My daughter Catherine and I had decided to trust our guide book, and so we walked down the main street in this rather murky light and made our way toward a creepy dark alley.

I was glad not to be alone.

We turned down the alley, and headed toward the faint glow from another alley up ahead on our left.

This alley had to be it. We hesitantly entered. Other people were there, sitting and standing in the gloom.

But these people all seemed cheerfully expectant, and so, overcoming our hesitation, we walked to the end, with the watchful eyes of the islanders following us, turned left and there it was—

The bread window.

We got in line and took in deep breaths of that wonderful smell of bread baking.

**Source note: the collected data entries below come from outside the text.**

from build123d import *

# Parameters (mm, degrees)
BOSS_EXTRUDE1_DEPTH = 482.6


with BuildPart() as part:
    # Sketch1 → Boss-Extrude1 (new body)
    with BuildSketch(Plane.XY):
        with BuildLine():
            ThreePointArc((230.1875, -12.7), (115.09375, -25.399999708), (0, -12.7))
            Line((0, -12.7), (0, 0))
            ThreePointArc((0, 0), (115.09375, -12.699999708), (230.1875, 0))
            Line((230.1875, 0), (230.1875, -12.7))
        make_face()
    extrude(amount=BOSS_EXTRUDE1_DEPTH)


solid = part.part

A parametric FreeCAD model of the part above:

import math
import FreeCAD as App
import Part
import Sketcher
from FreeCAD import Vector
Q = App.Units.Quantity

doc = App.newDocument("Part")
body = doc.addObject("PartDesign::Body", "Body")

sketch1 = body.newObject("Sketcher::SketchObject", "Sketch")
sketch1.AttachmentSupport = (doc.getObject("XY_Plane"), [""])
sketch1.MapMode = "FlatFace"
sketch1.addGeometry(Part.ArcOfCircle(Part.Circle(Vector(115, 502, 0), Vector(0, 0, 1), 528), math.radians(-103), math.radians(-77)), False)
sketch1.addGeometry(Part.LineSegment(Vector(230, -13, 0), Vector(230, 0, 0)), False)
sketch1.addGeometry(Part.ArcOfCircle(Part.Circle(Vector(115, 515, 0), Vector(0, 0, 1), 528), math.radians(-103), math.radians(-77)), False)
sketch1.addGeometry(Part.LineSegment(Vector(0, 0, 0), Vector(0, -13, 0)), False)
sketch1.addConstraint(Sketcher.Constraint("Coincident", 0, 2, 1, 1))
sketch1.addConstraint(Sketcher.Constraint("Coincident", 1, 2, 2, 2))
sketch1.addConstraint(Sketcher.Constraint("Coincident", 2, 1, 3, 1))
sketch1.addConstraint(Sketcher.Constraint("Coincident", 3, 2, 0, 1))
sketch1.addConstraint(Sketcher.Constraint("Vertical", 1))
sketch1.addConstraint(Sketcher.Constraint("Vertical", 3))
sketch1.addConstraint(Sketcher.Constraint("Equal", 0, 2))
sketch1.addConstraint(Sketcher.Constraint("PointOnObject", 1, 2, -1))
sketch1.addConstraint(Sketcher.Constraint("PointOnObject", 3, 2, -2))
sketch1.addConstraint(Sketcher.Constraint("Horizontal", 1, 2, 2, 1))
sketch1.addConstraint(Sketcher.Constraint("Horizontal", 0, 2, 3, 2))
sketch1.addConstraint(Sketcher.Constraint("DistanceY", 1, 1, 1, 2, Q("0.5 in")))
sketch1.addConstraint(Sketcher.Constraint("DistanceX", -1, 1, 0, 3, Q("4.53125 in")))
sketch1.addConstraint(Sketcher.Constraint("Radius", 0, Q("527.868567 mm")))
pad1 = body.newObject("PartDesign::Pad", "Pad")
pad1.Profile = sketch1
pad1.Length = Q("19 in")

doc.recompute()
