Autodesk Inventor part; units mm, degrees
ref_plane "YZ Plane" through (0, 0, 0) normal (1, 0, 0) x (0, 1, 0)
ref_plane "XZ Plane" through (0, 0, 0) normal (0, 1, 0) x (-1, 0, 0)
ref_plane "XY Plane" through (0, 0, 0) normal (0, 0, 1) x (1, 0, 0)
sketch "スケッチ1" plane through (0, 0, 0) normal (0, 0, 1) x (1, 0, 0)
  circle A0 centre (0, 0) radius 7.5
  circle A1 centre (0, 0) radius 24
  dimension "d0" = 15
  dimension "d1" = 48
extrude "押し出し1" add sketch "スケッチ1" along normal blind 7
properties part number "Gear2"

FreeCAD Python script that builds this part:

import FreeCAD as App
import Part
import Sketcher

doc = App.newDocument("Part")
body = doc.addObject("PartDesign::Body", "Body")

# Sketch on XY plane
sketch1 = doc.addObject("Sketcher::SketchObject", "Sketch")
body.addObject(sketch1)
sketch1.AttachmentSupport = (doc.XY_Plane, [""])
sketch1.MapMode = "FlatFace"
sketch1.addGeometry(Part.Circle(App.Vector(0, 0, 0), App.Vector(0, 0, 1), 24), False)
sketch1.addGeometry(Part.Circle(App.Vector(0, 0, 0), App.Vector(0, 0, 1), 8), False)
sketch1.addConstraint(Sketcher.Constraint("Coincident", 0, 3, -1, 1))
sketch1.addConstraint(Sketcher.Constraint("Coincident", 1, 3, -1, 1))
sketch1.addConstraint(Sketcher.Constraint("Diameter", 0, 48.0))
sketch1.addConstraint(Sketcher.Constraint("Diameter", 1, 15.0))
pad1 = doc.addObject("PartDesign::Pad", "Pad")
body.addObject(pad1)
pad1.Profile = sketch1
pad1.Length = 7

doc.recompute()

Kanemitsu’s Bakery has been making this bread at night for years—bread so good that the islanders routinely come here to get this bread so divine that people from halfway across the world, like Catherine and me, seek it out as something we did NOT want to miss on our trip to Hawaii.

This bakery makes large loaves of fresh bread six nights a week. When the bread comes out of the oven, the baker cuts those loaves down the middle and slathers the bread with an assortment of fillings. The sign at the window listed the fillings and noted that the favorite combination is cream cheese and strawberry jam.

The big news among the people in line that night was that the bakery had just run out of cream cheese. One woman there said she had already heard this news at the Food Mart.

Word travels fast in small towns.

Some people had suggestions—why don’t they go to the Food Mart and just get some cream cheese? But the Food Mart was getting ready to close, and everyone knew that until the barge loaded with supplies came in, the hungry people seeking bread would have to do without the cream cheese.

We were disappointed too—but not THAT disappointed, because we had already decided on cinnamon and cream cheese. Cinnamon and butter would also be fantastic, so when it was our turn, that’s what we ordered.

Over the next twenty minutes as we waited for the next batch of bread to finish baking, we watched an assortment of people of all ages (and we were the only tourists there at the moment) carry away bags and bags of this heavenly smelling bread. And without fail, every one of them left with huge smiles on their faces, even without the cream cheese.

At last our bread was ready. The woman at the little window handed it to me. It was steaming hot, and the heat and that fantastic newly baked yeast bread smell came right through the plastic bag. We headed back down the alley to the car and hurried back to our condo, and dug right in.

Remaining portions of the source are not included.